2OS2 As-Low-As-Is-Reasonably-Achievable (ALARA) Planning and Controls (71121.02)
.1 Radiological Work/ALARA Planning
a. Inspection Scope
During the week of October 26, 2002, the inspectors examined the stations procedures for radiological work/ALARA planning and scheduling, and evaluated the dose projection methodologies and practices implemented for the 2002 Unit 2 refueling outage (A2R09),to verify that sound technical bases for outage dose estimates existed.
The inspectors reviewed the exposure results and ALARA post-job reviews for selected A2R09 activities to evaluate the accuracy of exposure estimates in the ALARA plans.
The inspectors compared the actual exposure results versus the initial exposure estimates, the estimated and actual dose rates as well as the estimated and actual man-hours expended. The inspectors reviewed the exposure history for each activity and reviewed management involvement in exposure tracking to assess outage dose performance and dose control practices.

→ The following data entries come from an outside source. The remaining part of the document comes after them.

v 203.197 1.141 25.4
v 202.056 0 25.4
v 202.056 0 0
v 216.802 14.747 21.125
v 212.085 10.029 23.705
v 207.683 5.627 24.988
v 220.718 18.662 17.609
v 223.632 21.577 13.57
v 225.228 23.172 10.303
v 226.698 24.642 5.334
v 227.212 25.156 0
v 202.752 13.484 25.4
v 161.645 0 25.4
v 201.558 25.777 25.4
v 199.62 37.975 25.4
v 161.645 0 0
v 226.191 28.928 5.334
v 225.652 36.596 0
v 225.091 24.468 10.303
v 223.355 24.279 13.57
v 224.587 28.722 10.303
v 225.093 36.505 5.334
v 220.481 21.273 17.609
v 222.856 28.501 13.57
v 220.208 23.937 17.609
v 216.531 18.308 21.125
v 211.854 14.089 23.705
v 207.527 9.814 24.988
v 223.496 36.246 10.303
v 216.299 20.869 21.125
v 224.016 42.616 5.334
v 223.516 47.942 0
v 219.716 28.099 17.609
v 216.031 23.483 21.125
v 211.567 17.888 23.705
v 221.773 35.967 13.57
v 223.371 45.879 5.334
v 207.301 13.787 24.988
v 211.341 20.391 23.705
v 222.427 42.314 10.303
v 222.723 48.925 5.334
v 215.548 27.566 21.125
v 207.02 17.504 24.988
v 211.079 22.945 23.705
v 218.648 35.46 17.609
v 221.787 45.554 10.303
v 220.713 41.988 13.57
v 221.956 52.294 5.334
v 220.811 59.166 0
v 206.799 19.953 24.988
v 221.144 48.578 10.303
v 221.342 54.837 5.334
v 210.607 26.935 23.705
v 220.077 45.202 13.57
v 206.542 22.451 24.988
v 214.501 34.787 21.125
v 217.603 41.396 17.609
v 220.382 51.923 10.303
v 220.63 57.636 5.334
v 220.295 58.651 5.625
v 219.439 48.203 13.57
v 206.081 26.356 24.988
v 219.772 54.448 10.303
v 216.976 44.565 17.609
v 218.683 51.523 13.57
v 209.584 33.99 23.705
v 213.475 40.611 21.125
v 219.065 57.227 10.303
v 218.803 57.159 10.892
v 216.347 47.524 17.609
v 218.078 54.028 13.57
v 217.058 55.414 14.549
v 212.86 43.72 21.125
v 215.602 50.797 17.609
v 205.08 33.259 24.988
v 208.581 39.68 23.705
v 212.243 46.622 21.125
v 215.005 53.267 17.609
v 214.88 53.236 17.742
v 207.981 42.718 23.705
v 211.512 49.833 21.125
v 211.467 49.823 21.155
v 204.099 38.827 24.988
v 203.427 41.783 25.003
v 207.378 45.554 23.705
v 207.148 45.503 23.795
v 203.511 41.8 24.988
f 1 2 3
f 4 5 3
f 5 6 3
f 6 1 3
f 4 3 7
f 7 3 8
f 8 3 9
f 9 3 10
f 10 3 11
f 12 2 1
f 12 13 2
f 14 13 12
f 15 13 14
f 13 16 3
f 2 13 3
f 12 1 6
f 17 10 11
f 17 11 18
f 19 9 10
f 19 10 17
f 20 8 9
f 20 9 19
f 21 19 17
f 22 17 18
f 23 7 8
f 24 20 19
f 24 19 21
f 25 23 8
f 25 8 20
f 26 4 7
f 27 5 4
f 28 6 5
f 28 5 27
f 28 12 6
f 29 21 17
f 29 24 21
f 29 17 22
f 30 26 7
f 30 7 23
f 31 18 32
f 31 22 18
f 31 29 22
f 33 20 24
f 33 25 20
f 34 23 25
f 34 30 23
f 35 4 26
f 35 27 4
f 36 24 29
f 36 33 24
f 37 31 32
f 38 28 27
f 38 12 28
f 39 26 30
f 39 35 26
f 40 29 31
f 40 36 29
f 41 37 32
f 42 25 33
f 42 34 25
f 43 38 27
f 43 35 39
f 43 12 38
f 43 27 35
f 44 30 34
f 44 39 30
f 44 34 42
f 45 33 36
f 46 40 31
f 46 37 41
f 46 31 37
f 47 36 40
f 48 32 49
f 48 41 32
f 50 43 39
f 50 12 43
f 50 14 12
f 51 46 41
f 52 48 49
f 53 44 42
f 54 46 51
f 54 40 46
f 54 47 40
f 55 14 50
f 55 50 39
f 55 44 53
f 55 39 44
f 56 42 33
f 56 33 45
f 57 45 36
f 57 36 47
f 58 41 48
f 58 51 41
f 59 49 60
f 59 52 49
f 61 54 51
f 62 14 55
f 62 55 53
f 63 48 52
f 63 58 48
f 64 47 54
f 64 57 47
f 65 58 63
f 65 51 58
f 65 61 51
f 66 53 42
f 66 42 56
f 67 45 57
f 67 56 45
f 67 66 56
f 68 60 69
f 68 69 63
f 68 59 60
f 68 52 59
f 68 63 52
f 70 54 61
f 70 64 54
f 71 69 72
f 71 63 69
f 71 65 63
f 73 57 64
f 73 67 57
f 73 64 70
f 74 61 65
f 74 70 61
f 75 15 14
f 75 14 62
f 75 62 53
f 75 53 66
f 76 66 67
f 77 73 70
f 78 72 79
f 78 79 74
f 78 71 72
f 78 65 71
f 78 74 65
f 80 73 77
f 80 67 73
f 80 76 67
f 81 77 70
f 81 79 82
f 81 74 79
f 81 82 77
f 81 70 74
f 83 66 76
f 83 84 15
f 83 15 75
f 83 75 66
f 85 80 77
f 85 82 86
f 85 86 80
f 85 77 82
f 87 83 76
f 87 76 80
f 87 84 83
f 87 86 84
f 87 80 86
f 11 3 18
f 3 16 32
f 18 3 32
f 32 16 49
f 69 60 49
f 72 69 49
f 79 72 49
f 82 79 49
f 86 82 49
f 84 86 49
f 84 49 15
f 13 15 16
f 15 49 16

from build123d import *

# Parameters (mm, degrees)
F2_DEPTH = 25.4
F3_R     = 25.39999


# Not quite as in the source:
# - a fillet or chamfer is up to 0.001 mm smaller than in the source, because OpenCascade refuses the exact size


with BuildPart() as f2:
    # F1 (on face) → F2 (new body)
    with BuildSketch(Plane.XY):
        with BuildLine():
            Line((161.6446101792, 0), (202.0557627241, 0))
            Line((202.0557627241, 0), (227.2116647397, 25.1559020156))
            ThreePointArc((227.2116647397, 25.1559020156), (224.6556687953, 42.28227144), (220.8106438897, 59.1660337104))
            Line((220.8106438897, 59.1660337104), (161.6446101792, 0))
        make_face()
    extrude(amount=F2_DEPTH)

    # F3 (radius 25.4 in the source; OpenCascade refuses exactly that, so slightly less here)
    f3_edges = [f2.edges().sort_by_distance(p)[0] for p in [
        (224.655669, 42.282271, 25.4),
    ]]
    fillet(f3_edges, radius=F3_R)


solid = f2.part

The inspectors reviewed selected work-in-progress ALARA reviews and ALARA post-job reviews to determine if additional engineering/dose controls for those activities had been established, and if required corrective documents had been generated. Those work activities included Unit 2 valve work, steam generator project work, reactor head disassembly, installation and removal of insulation, and the assembling and disassembling of scaffolding.
b. Findings
No findings of significance were identified.
.2 Verification of Exposure Estimate Goals and Exposure Tracking System
a. Inspection Scope
During the week of October 26, 2002, the inspectors reviewed the methodology and assumptions used by the licensee for its A2R09 exposure estimates and exposure goals.

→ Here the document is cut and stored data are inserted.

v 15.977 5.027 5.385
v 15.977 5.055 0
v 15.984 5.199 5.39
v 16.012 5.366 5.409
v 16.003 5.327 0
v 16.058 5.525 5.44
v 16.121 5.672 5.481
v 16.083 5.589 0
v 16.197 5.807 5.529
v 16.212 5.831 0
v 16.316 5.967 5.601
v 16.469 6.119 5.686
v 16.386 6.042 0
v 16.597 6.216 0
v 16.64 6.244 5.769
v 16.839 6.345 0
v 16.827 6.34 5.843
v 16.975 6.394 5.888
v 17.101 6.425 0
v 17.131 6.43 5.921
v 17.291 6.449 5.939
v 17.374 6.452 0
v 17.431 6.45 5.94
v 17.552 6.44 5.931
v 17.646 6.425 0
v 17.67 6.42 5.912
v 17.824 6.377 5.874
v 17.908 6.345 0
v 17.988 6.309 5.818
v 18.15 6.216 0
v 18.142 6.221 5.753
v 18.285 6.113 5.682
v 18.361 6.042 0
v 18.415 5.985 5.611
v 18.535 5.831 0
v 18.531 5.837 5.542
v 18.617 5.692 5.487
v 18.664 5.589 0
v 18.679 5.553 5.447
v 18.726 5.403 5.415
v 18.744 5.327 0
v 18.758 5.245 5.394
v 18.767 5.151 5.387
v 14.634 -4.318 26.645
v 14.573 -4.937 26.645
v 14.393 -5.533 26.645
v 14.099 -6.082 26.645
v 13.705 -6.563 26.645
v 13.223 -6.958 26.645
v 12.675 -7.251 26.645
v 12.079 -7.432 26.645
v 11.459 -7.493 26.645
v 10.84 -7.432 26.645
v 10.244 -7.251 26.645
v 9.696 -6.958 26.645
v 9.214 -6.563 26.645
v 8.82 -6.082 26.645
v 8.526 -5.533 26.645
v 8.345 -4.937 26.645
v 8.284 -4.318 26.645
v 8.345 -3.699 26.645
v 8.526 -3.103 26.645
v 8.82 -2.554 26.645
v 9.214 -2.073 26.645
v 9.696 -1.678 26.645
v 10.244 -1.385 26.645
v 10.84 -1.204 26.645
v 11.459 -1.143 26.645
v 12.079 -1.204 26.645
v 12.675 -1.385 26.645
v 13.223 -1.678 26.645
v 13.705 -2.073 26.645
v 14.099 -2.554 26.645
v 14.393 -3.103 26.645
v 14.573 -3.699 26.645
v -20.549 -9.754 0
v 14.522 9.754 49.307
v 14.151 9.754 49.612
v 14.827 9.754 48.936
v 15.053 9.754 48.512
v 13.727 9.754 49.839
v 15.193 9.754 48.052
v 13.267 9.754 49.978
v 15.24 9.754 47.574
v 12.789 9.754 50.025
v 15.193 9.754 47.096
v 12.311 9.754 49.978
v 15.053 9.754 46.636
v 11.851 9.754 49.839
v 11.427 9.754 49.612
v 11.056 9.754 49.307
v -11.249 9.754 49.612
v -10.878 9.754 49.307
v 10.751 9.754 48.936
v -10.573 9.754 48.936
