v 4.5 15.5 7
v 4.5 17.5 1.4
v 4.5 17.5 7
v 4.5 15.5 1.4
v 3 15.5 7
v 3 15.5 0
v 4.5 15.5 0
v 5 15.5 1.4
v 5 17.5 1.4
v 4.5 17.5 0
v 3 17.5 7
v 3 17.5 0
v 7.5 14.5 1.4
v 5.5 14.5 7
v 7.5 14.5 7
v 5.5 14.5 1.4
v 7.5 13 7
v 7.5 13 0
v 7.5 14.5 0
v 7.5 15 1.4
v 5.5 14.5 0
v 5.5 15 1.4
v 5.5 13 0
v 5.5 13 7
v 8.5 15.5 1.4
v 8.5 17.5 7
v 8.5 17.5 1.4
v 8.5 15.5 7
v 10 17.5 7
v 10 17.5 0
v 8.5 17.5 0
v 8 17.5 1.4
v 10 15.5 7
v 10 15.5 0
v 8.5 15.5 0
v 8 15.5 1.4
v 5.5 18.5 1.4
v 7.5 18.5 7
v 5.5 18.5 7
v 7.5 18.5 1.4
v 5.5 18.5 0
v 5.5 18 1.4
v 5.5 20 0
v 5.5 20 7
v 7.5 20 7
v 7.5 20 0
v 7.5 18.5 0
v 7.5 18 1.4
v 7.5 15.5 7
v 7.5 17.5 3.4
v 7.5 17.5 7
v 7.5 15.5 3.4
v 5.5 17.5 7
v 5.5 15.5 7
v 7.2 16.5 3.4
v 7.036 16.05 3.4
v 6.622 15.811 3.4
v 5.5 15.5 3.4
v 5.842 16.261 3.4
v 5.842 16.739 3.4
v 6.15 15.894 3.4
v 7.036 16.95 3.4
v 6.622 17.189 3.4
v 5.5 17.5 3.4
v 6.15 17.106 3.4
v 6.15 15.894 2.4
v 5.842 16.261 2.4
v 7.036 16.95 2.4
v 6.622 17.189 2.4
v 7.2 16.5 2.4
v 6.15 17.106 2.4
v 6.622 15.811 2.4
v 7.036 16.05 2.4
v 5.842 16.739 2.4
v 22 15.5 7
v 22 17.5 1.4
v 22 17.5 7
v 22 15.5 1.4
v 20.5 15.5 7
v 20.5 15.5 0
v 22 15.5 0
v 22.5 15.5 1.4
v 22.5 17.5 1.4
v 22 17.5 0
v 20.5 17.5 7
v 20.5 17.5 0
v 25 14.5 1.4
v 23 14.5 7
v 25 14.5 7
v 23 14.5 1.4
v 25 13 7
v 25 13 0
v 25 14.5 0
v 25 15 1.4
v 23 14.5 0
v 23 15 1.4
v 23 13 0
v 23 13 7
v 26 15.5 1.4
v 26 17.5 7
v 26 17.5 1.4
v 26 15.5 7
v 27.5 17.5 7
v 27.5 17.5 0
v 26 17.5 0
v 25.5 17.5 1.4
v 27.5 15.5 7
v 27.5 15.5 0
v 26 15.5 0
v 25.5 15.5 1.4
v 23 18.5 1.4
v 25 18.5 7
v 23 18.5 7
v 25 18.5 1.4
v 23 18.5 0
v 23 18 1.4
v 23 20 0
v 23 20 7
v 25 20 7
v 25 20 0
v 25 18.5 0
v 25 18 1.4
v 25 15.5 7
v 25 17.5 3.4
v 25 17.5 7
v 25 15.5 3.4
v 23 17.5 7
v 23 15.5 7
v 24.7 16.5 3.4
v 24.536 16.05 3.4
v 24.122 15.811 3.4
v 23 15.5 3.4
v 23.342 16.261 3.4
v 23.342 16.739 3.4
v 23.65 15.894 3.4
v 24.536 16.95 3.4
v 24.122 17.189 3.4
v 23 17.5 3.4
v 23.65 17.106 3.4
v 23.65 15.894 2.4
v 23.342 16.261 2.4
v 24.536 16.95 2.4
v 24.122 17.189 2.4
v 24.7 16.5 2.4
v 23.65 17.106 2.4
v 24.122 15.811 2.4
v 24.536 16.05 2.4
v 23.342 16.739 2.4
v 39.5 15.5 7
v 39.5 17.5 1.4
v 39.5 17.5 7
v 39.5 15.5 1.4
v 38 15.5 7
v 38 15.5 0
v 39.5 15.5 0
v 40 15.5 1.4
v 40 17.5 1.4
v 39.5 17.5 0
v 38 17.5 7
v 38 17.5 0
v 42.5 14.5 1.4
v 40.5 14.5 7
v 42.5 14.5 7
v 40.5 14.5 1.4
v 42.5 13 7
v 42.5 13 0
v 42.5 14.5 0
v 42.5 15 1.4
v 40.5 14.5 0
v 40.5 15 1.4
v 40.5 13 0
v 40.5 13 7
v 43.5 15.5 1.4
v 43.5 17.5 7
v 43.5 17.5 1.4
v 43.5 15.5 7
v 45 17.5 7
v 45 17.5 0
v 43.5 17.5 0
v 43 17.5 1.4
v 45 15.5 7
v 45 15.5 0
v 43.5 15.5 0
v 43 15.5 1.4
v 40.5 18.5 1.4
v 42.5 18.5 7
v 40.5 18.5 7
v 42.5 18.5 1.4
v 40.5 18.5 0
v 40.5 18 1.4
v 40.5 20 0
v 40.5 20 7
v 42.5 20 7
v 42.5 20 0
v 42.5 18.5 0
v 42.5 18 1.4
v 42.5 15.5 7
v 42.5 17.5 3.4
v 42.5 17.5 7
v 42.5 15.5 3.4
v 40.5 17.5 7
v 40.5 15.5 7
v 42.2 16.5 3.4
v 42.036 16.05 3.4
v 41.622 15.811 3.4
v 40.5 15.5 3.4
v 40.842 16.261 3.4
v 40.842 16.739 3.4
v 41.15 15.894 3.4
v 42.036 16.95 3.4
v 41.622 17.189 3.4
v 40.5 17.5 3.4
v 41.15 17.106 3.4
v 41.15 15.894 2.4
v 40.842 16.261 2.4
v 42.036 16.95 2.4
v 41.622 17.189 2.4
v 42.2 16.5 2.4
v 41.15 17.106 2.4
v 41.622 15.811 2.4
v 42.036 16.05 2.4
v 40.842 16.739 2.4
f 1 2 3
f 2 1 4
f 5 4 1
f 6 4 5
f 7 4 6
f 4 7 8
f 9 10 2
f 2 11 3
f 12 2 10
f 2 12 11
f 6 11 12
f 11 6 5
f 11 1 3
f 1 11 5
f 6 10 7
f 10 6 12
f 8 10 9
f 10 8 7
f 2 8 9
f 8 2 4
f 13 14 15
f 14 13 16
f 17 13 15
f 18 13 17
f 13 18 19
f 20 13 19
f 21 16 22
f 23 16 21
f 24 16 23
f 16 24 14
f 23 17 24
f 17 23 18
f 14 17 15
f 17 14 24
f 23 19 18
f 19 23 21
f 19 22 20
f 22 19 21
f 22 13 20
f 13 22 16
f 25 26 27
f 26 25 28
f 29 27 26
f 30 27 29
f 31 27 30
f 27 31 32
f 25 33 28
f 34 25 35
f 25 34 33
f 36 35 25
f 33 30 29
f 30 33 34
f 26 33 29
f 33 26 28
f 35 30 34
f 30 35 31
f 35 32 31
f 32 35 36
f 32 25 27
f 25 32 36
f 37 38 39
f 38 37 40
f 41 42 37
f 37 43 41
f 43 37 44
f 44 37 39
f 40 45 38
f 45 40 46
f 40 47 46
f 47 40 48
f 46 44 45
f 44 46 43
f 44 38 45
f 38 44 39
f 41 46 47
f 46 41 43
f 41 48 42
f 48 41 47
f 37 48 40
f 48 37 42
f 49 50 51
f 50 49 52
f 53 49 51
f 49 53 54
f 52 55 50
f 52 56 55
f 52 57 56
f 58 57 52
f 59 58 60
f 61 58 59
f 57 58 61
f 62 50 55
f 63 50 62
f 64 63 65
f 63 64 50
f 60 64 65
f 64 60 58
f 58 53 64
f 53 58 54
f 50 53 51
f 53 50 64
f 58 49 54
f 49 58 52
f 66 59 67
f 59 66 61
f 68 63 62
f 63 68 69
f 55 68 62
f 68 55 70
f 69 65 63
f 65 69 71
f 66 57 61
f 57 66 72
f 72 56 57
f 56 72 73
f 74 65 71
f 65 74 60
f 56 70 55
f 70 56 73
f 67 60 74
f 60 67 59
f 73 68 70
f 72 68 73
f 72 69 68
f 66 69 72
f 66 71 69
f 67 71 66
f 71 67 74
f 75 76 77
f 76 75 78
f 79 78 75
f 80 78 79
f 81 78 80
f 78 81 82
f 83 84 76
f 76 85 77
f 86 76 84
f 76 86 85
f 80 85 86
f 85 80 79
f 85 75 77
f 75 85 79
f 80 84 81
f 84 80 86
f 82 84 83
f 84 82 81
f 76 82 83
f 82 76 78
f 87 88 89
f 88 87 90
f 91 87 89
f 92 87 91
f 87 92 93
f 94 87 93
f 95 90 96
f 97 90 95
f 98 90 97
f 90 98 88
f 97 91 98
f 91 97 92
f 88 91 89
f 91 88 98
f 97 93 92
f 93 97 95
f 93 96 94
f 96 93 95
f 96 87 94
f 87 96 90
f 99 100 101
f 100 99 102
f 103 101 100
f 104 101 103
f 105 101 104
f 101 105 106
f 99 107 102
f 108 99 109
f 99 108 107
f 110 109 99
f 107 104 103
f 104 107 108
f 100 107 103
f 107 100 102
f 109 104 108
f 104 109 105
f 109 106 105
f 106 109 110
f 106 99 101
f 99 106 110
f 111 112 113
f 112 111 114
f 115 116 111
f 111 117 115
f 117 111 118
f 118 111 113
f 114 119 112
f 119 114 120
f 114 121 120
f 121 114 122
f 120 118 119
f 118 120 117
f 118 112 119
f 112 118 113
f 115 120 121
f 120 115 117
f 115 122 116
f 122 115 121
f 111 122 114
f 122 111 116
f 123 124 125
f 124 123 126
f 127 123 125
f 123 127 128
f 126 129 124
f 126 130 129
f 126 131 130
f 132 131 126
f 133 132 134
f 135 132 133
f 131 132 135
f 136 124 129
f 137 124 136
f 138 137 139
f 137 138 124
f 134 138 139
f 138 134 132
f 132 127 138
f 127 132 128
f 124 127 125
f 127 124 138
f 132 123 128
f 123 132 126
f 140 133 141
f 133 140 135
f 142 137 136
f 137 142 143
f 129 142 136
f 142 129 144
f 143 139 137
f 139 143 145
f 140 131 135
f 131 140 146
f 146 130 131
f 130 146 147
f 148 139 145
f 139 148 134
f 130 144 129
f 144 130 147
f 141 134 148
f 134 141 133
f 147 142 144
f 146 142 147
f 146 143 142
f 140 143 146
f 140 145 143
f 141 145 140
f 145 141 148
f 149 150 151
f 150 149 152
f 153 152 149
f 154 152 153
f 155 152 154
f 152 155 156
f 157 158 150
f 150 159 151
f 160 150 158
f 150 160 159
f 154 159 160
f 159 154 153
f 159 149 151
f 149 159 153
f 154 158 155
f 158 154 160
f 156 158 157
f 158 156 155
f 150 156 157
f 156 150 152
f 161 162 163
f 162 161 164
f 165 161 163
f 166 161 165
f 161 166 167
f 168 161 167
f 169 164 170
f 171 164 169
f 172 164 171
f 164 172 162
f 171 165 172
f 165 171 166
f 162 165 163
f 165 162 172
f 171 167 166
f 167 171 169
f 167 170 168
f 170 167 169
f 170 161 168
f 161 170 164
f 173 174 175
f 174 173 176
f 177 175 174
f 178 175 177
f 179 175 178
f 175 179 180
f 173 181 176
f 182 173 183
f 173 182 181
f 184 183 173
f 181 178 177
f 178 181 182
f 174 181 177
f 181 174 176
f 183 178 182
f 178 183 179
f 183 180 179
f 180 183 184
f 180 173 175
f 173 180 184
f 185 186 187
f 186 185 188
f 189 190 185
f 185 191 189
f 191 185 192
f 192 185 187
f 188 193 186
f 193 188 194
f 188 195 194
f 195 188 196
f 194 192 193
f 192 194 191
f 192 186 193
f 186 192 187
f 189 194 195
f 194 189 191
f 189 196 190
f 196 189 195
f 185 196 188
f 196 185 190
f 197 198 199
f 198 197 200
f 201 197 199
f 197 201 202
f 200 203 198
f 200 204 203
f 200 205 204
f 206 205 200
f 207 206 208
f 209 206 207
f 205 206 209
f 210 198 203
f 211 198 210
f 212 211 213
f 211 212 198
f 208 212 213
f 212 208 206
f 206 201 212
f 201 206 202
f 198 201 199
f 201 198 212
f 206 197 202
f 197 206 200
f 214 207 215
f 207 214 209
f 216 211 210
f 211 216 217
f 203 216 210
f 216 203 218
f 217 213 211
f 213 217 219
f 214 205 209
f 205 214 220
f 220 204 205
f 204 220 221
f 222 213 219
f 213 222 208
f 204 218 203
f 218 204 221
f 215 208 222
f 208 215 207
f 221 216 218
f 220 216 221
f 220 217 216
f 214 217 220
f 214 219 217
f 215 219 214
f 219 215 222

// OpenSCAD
// file: button_clips.scad
$fs=0.5;

color("darkorange",0.5) button_dock();
color("springgreen") button_clips();
color("red",0.5) button_clip_cavity();

//dock measurements
top_height = 1.8;
shaft_height = 1.4;
dock_height = top_height + shaft_height;
hole_radius = 0.8;
hole_depth = 1;
base_radius = 3.5;
module button_dock(){
	difference(){
		union(){
			translate([-2,-2,shaft_height])
				cube([4,4,top_height]);
			translate([-1.5,-1.5,0])
				cube([3,3,dock_height]);
			translate([0,0,-2])
				cylinder(h=2, r=base_radius);
		}
		translate([0,0,dock_height-hole_depth+0.1]) 
			cylinder(h=hole_depth, r=hole_radius);
	}
}

clip_width = 2;
clip_thick = 1.5;
clip_height = 7;
module button_clip(){
	translate([-(2+clip_thick),clip_width/2,0])
	rotate([90,0,0])
	union(){
		cube([clip_thick ,clip_height, clip_width]);
		linear_extrude(height=clip_width)
		polygon(
			points=[
				[0,0],
				[0,shaft_height],
				[clip_thick+0.5, shaft_height],
				[clip_thick,0]
			],
			paths=[
				[0,1,2,3]
			]
		);
	}
}

module middle_pin(){
	translate([-1,-1,dock_height+0.2]) cube([2,2,clip_height-dock_height-0.2]);
	translate([0,0,dock_height-hole_depth+0.2]) cylinder(h=hole_depth+0.2, r=hole_radius-0.1);
}

module button_clips(){
	rotate([0,0,0]) button_clip();
	rotate([0,0,90]) button_clip();
	rotate([0,0,180]) button_clip();
	rotate([0,0,270]) button_clip();
	middle_pin();
}

module button_clip_cavity(){
	translate([0,0,-1]) cylinder(h=clip_height, r=5);
}
// main file
use <button_clips.scad>;

thumbs();

module thumbs(){
	union(){
		difference(){
			translate([0,0,1]);
			thumb_bodies();
			all_thumb_clip_cavities();
		}
		all_thumb_clips();
	}
}


module thumb_bodies(){
	intersection(){
		linear_extrude(height=10) import("proto_1_thumb_shadows.dxf");
		translate([-5, 18, -20]) rotate([0,90,0]) cylinder(h= 60, r = 30);
	}
}

module all_thumb_clips(){
	translate([6.5,16.5,0]) button_clips();
	translate([6.5+17.5,16.5,0]) button_clips();
	translate([6.5+35,16.5,0]) button_clips();
}

module all_thumb_clip_cavities(){
	translate([6.5,16.5,0]) button_clip_cavity();
	translate([6.5+17.5,16.5,0]) button_clip_cavity();
	translate([6.5+35,16.5,0]) button_clip_cavity();
}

Actual job exposure data was compared with estimates to verify that the licensee could project and, thus, control radiological exposure. The inspectors also reviewed the licensees exposure tracking system to verify that the level of exposure tracking detail, exposure report timeliness, and exposure report distribution were sufficient to support control of collective exposures. The inspectors evaluated how the licensee had identified problems with its exposure estimates for some jobs, the processes being utilized to revise dose estimates, and methods to improve its dose forecasting procedures to verify that the licensee could adequately track dose.
b. Findings
No findings of significance were identified.
.3 Identification and Resolution of Problems
a. Inspection Scope
During the week of October 26, 2002, the inspectors reviewed 2002 focus area self-assessments of ALARA Planning and Controls, and High Radiation Area Controls/Posting to evaluate the effectiveness of the self-assessment process to identify, characterize, and prioritize problems. The inspectors also reviewed corrective action documentation to verify that previous access control and ALARA related issues were adequately addressed. The inspectors also selectively reviewed January - October 2002, CRs that addressed access control and ALARA program deficiencies to verify that the licensee had effectively implemented the corrective action program.
b. Findings
No findings of significance were identified.
SAFEGUARDS
Cornerstone: Physical Protection
3PP1 Response to Contingency Events (71130.03)
a. Inspection Scope
On October 15, 2002, the inspectors reviewed the status of security operations and assessed licensee implementation of the protective measures in place as a result of the current, elevated threat environment.
b. Findings
No findings of significance were identified.
OTHER ACTIVITIES
40A1 Performance Indicator Verification (71151) Cornerstones: Mitigating Systems and Occupational Radiation Safety
.1 Mitigating Systems Performance Indicator Verification
a. Inspection Scope
The inspectors reviewed documents listed in Attachment 1 to verify that the licensee had corrected reported performance indicators data, in accordance with the criteria in Nuclear Energy Institute 99-02, Regulatory Assessment Performance Indicator Guideline, Revision 2. The following performance indicators were reviewed for the period of October 1, 2001, through September 30, 2002:
- safety system unavailability, high pressure safety injection system on November 18, 2002; and
- safety system unavailability, auxiliary feedwater system on December 4, 2002.
b. Findings
No findings of significance were identified.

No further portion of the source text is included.